[[ Source material open ]]

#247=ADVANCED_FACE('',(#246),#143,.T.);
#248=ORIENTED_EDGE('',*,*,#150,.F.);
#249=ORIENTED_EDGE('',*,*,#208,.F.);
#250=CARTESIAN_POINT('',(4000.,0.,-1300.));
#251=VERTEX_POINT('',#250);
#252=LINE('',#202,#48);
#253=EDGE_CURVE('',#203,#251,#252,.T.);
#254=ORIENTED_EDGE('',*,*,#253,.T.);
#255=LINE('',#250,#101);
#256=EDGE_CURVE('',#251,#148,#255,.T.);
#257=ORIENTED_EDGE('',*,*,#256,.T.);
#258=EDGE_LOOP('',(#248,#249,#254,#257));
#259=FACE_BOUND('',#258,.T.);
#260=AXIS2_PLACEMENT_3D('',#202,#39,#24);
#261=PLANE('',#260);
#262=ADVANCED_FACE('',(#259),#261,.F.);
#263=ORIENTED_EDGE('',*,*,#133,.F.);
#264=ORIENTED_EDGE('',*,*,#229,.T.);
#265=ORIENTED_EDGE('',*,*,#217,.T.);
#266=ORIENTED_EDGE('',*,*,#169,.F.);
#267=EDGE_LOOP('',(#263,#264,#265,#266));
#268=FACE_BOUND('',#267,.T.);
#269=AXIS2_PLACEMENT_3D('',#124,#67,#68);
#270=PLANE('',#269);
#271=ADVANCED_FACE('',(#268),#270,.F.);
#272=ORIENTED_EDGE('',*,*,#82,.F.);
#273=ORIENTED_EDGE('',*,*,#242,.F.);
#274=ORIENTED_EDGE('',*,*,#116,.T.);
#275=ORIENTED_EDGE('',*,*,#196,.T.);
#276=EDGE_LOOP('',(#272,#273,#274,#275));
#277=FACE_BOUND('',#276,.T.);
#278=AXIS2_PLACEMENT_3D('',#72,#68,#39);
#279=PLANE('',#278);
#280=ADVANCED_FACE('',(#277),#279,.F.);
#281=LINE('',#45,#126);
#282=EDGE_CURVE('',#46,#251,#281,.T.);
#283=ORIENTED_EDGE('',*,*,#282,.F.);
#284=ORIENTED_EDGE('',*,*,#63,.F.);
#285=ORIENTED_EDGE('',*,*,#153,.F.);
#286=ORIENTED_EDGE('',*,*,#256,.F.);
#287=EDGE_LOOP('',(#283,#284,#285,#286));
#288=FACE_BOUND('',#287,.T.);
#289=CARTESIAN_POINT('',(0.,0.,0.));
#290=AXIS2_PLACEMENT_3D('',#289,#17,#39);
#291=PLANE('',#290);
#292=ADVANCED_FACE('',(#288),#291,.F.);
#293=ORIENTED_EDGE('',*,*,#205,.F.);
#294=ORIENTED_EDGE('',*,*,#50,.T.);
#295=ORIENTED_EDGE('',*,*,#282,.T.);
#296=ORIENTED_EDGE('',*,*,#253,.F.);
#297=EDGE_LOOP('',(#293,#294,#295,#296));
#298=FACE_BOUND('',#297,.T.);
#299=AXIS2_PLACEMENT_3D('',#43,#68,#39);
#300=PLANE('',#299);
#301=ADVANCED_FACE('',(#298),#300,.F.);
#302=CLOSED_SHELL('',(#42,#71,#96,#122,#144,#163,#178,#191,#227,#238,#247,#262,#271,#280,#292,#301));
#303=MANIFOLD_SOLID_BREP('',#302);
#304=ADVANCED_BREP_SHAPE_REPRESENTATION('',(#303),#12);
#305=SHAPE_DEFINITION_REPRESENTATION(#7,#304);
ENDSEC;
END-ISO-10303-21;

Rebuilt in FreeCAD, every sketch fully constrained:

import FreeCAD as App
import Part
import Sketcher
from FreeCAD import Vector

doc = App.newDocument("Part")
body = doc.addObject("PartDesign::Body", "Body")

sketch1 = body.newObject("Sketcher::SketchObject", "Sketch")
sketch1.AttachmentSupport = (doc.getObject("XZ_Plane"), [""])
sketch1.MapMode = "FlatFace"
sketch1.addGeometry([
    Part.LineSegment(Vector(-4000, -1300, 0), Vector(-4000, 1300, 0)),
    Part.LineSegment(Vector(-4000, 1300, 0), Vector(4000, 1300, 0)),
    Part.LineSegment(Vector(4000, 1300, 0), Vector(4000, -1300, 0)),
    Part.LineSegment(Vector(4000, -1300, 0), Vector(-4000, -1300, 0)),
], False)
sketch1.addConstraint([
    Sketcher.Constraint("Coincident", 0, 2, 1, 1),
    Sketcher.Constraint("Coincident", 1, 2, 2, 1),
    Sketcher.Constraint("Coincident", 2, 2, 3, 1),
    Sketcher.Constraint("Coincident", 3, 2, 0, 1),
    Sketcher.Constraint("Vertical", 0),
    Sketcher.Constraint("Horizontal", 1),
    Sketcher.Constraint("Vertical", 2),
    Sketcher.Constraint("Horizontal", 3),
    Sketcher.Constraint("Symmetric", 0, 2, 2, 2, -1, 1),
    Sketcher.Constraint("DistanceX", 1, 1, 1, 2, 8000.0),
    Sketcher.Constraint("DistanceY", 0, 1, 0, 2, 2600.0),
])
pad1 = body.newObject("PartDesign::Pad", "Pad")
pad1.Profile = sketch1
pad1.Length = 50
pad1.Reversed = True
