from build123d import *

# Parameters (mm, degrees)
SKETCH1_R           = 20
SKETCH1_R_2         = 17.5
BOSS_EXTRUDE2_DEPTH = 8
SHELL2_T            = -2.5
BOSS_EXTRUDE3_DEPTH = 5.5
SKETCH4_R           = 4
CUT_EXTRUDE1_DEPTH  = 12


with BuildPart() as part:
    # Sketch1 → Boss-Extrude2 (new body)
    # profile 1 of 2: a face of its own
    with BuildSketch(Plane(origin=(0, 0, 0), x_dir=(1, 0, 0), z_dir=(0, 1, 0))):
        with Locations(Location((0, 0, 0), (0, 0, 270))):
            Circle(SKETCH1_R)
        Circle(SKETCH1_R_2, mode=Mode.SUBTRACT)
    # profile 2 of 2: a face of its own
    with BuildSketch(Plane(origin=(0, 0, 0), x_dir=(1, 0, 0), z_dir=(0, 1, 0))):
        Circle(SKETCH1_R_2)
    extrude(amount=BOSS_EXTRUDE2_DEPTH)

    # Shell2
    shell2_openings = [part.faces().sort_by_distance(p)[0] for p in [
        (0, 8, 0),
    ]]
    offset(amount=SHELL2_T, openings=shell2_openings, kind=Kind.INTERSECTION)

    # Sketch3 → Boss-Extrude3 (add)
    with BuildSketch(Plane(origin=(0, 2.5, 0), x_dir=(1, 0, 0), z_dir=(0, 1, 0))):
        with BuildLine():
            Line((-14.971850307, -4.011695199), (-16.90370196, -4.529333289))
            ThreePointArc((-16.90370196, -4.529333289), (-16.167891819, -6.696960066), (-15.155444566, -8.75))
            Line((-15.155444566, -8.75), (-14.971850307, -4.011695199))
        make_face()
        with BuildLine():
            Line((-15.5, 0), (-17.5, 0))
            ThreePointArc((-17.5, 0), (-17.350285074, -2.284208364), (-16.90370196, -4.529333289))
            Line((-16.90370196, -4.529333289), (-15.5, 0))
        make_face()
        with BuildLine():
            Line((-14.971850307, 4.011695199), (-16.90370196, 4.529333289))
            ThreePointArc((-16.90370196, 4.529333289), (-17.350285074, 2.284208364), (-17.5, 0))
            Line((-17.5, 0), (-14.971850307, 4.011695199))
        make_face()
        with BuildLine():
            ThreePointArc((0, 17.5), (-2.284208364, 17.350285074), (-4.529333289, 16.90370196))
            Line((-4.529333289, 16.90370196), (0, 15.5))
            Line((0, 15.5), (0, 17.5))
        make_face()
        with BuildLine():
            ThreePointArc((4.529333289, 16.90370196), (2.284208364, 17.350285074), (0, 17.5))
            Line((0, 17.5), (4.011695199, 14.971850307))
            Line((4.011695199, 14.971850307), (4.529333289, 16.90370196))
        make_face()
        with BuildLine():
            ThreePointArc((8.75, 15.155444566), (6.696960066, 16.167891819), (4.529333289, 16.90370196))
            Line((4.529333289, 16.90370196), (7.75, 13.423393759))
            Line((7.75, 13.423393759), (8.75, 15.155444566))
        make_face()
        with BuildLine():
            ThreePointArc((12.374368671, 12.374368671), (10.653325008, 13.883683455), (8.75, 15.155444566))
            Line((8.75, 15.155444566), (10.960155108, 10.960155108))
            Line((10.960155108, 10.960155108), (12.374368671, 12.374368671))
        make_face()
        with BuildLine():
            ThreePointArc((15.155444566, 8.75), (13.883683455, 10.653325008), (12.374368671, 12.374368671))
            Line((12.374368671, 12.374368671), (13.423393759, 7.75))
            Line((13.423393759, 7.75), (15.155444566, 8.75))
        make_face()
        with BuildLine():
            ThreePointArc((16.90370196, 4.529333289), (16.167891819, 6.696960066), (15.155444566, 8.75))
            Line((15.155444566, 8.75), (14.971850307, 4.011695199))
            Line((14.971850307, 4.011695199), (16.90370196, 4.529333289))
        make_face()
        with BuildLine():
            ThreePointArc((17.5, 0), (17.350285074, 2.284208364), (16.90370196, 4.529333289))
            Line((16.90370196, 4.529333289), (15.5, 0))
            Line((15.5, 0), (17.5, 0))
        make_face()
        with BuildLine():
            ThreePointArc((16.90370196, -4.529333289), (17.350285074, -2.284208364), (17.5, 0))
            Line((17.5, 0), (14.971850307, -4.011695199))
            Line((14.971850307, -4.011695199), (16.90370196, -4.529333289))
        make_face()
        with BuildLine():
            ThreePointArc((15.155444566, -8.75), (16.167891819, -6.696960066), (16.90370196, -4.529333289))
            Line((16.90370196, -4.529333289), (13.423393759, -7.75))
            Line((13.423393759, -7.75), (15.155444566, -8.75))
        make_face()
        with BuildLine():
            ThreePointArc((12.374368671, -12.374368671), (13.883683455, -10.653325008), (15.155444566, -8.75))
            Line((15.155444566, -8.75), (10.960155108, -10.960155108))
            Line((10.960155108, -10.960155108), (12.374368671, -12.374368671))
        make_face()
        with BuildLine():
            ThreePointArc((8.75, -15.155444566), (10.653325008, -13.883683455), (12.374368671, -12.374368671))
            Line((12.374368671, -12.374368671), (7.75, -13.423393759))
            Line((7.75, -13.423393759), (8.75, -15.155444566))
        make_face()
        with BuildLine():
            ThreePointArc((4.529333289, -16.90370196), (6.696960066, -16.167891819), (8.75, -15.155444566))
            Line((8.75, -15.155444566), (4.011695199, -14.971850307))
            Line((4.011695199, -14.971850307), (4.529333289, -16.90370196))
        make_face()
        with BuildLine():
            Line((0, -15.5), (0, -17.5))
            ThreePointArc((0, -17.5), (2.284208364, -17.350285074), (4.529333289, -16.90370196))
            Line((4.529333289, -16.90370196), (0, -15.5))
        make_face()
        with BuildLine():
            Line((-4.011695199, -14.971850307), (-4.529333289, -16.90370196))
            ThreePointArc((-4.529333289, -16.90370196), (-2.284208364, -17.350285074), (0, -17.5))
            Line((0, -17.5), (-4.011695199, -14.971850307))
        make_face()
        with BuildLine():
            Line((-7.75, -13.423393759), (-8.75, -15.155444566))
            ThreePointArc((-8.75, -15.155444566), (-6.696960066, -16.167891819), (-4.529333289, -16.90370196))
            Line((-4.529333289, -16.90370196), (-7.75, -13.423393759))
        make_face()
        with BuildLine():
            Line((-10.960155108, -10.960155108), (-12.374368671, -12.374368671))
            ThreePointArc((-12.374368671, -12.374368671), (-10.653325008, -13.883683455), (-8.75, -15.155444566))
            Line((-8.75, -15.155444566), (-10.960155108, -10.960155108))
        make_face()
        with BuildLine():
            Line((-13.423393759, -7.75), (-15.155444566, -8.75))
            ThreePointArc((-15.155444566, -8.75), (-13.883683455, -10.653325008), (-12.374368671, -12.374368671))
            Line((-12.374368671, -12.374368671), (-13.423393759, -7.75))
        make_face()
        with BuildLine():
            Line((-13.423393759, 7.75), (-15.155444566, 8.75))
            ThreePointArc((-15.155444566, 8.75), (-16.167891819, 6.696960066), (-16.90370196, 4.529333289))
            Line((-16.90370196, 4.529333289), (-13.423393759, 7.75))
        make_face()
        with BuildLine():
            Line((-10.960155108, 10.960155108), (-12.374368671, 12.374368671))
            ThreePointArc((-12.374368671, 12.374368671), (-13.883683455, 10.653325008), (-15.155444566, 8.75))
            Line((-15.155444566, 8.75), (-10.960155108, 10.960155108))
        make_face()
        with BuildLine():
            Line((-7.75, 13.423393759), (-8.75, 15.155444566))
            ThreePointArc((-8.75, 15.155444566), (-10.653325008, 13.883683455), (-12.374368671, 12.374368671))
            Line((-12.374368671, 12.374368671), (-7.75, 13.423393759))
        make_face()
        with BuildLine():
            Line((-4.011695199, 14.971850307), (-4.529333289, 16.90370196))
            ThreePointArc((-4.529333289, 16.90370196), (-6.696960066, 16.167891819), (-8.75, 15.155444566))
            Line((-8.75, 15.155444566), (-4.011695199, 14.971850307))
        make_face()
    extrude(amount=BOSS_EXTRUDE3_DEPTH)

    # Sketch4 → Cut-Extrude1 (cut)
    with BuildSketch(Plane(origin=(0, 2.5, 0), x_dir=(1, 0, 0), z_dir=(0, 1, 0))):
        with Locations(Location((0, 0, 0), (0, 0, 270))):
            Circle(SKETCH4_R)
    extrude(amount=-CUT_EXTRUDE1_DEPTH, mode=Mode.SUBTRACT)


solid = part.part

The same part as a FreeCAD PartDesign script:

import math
import FreeCAD as App
import Part
import Sketcher
from FreeCAD import Vector


def faces_at(feature, points):
    """Names of the faces that lie closest to the given points."""
    faces = feature.Shape.Faces
    near = lambda p: min(range(len(faces)), key=lambda i: faces[i].distToShape(Part.Vertex(*p))[0])
    return sorted({f"Face{near(p) + 1}" for p in points})

doc = App.newDocument("Part")
body = doc.addObject("PartDesign::Body", "Body")

sketch1 = body.newObject("Sketcher::SketchObject", "Sketch")
sketch1.AttachmentSupport = (doc.getObject("XZ_Plane"), [""])
sketch1.MapMode = "FlatFace"
sketch1.addGeometry(Part.Circle(Vector(0, 0, 0), Vector(0, 0, 1), 20), False)
sketch1.addConstraint([
    Sketcher.Constraint("Coincident", 0, 3, -1, 1),
    Sketcher.Constraint("Diameter", 0, 40.0),
])
pad1 = body.newObject("PartDesign::Pad", "Pad")
pad1.Profile = sketch1
pad1.Length = 8
pad1.Reversed = True
doc.recompute()

thickness = body.newObject("PartDesign::Thickness", "Thickness")
thickness.Base = (pad1, faces_at(pad1, [(0, 8, 0)]))
thickness.Value = 2.5
thickness.Reversed = True
thickness.Join = "Intersection"

sketch2 = body.newObject("Sketcher::SketchObject", "Sketch001")
sketch2.AttachmentSupport = (doc.getObject("XZ_Plane"), [""])
sketch2.MapMode = "FlatFace"
sketch2.AttachmentOffset = App.Placement(Vector(0, 0, -2.5), App.Rotation())
sketch2.addGeometry([
    Part.LineSegment(Vector(-15, 4, 0), Vector(-16.9, 4.5, 0)),
    Part.ArcOfCircle(Part.Circle(Vector(0, 0, 0), Vector(0, 0, 1), 17.5), math.radians(150), math.radians(165)),
    Part.LineSegment(Vector(-15.2, 8.8, 0), Vector(-15, 4, 0)),
    Part.LineSegment(Vector(-15.5, 0, 0), Vector(-17.5, 0, 0)),
    Part.ArcOfCircle(Part.Circle(Vector(0, 0, 0), Vector(0, 0, 1), 17.5), math.radians(165), math.radians(180)),
    Part.LineSegment(Vector(-16.9, 4.5, 0), Vector(-15.5, 0, 0)),
    Part.LineSegment(Vector(-15, -4, 0), Vector(-16.9, -4.5, 0)),
    Part.ArcOfCircle(Part.Circle(Vector(0, 0, 0), Vector(0, 0, 1), 17.5), math.radians(180), math.radians(195)),
    Part.LineSegment(Vector(-17.5, 0, 0), Vector(-15, -4, 0)),
    Part.ArcOfCircle(Part.Circle(Vector(0, 0, 0), Vector(0, 0, 1), 17.5), math.radians(-105), math.radians(-90)),
    Part.LineSegment(Vector(-4.5, -16.9, 0), Vector(0, -15.5, 0)),
    Part.LineSegment(Vector(0, -15.5, 0), Vector(0, -17.5, 0)),
    Part.ArcOfCircle(Part.Circle(Vector(0, 0, 0), Vector(0, 0, 1), 17.5), math.radians(-90), math.radians(-75)),
    Part.LineSegment(Vector(0, -17.5, 0), Vector(4, -15, 0)),
    Part.LineSegment(Vector(4, -15, 0), Vector(4.5, -16.9, 0)),
    Part.ArcOfCircle(Part.Circle(Vector(0, 0, 0), Vector(0, 0, 1), 17.5), math.radians(-75), math.radians(-60)),
    Part.LineSegment(Vector(4.5, -16.9, 0), Vector(7.8, -13.4, 0)),
    Part.LineSegment(Vector(7.8, -13.4, 0), Vector(8.8, -15.2, 0)),
    Part.ArcOfCircle(Part.Circle(Vector(0, 0, 0), Vector(0, 0, 1), 17.5), math.radians(-60), math.radians(-45)),
    Part.LineSegment(Vector(8.8, -15.2, 0), Vector(11, -11, 0)),
    Part.LineSegment(Vector(11, -11, 0), Vector(12.4, -12.4, 0)),
    Part.ArcOfCircle(Part.Circle(Vector(0, 0, 0), Vector(0, 0, 1), 17.5), math.radians(-45), math.radians(-30)),
    Part.LineSegment(Vector(12.4, -12.4, 0), Vector(13.4, -7.8, 0)),
    Part.LineSegment(Vector(13.4, -7.8, 0), Vector(15.2, -8.8, 0)),
    Part.ArcOfCircle(Part.Circle(Vector(0, 0, 0), Vector(0, 0, 1), 17.5), math.radians(-30), math.radians(-15)),
    Part.LineSegment(Vector(15.2, -8.8, 0), Vector(15, -4, 0)),
    Part.LineSegment(Vector(15, -4, 0), Vector(16.9, -4.5, 0)),
    Part.ArcOfCircle(Part.Circle(Vector(0, 0, 0), Vector(0, 0, 1), 17.5), math.radians(-15), math.radians(0)),
    Part.LineSegment(Vector(16.9, -4.5, 0), Vector(15.5, 0, 0)),
    Part.LineSegment(Vector(15.5, 0, 0), Vector(17.5, 0, 0)),
    Part.ArcOfCircle(Part.Circle(Vector(0, 0, 0), Vector(0, 0, 1), 17.5), math.radians(0), math.radians(15)),
    Part.LineSegment(Vector(17.5, 0, 0), Vector(15, 4, 0)),
    Part.LineSegment(Vector(15, 4, 0), Vector(16.9, 4.5, 0)),
    Part.ArcOfCircle(Part.Circle(Vector(0, 0, 0), Vector(0, 0, 1), 17.5), math.radians(15), math.radians(30)),
    Part.LineSegment(Vector(16.9, 4.5, 0), Vector(13.4, 7.8, 0)),
    Part.LineSegment(Vector(13.4, 7.8, 0), Vector(15.2, 8.8, 0)),
    Part.ArcOfCircle(Part.Circle(Vector(0, 0, 0), Vector(0, 0, 1), 17.5), math.radians(30), math.radians(45)),
    Part.LineSegment(Vector(15.2, 8.8, 0), Vector(11, 11, 0)),
    Part.LineSegment(Vector(11, 11, 0), Vector(12.4, 12.4, 0)),
    Part.ArcOfCircle(Part.Circle(Vector(0, 0, 0), Vector(0, 0, 1), 17.5), math.radians(45), math.radians(60)),
    Part.LineSegment(Vector(12.4, 12.4, 0), Vector(7.8, 13.4, 0)),
    Part.LineSegment(Vector(7.8, 13.4, 0), Vector(8.8, 15.2, 0)),
    Part.ArcOfCircle(Part.Circle(Vector(0, 0, 0), Vector(0, 0, 1), 17.5), math.radians(60), math.radians(75)),
    Part.LineSegment(Vector(8.8, 15.2, 0), Vector(4, 15, 0)),
    Part.LineSegment(Vector(4, 15, 0), Vector(4.5, 16.9, 0)),
    Part.LineSegment(Vector(0, 15.5, 0), Vector(0, 17.5, 0)),
    Part.ArcOfCircle(Part.Circle(Vector(0, 0, 0), Vector(0, 0, 1), 17.5), math.radians(75), math.radians(90)),
    Part.LineSegment(Vector(4.5, 16.9, 0), Vector(0, 15.5, 0)),
    Part.LineSegment(Vector(-4, 15, 0), Vector(-4.5, 16.9, 0)),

[[ Source material closed ]]

What you are asked to do: Taking the entries above, write out exactly the lines starting with the line containing "Line((-7.75, 13.423393759), (-8.75, 15.155444566))" and going on through the line containing "# Sketch4 → Cut-Extrude1 (cut)", both included, and nothing else.

Exercise solution:
            Line((-7.75, 13.423393759), (-8.75, 15.155444566))
            ThreePointArc((-8.75, 15.155444566), (-10.653325008, 13.883683455), (-12.374368671, 12.374368671))
            Line((-12.374368671, 12.374368671), (-7.75, 13.423393759))
        make_face()
        with BuildLine():
            Line((-4.011695199, 14.971850307), (-4.529333289, 16.90370196))
            ThreePointArc((-4.529333289, 16.90370196), (-6.696960066, 16.167891819), (-8.75, 15.155444566))
            Line((-8.75, 15.155444566), (-4.011695199, 14.971850307))
        make_face()
    extrude(amount=BOSS_EXTRUDE3_DEPTH)

    # Sketch4 → Cut-Extrude1 (cut)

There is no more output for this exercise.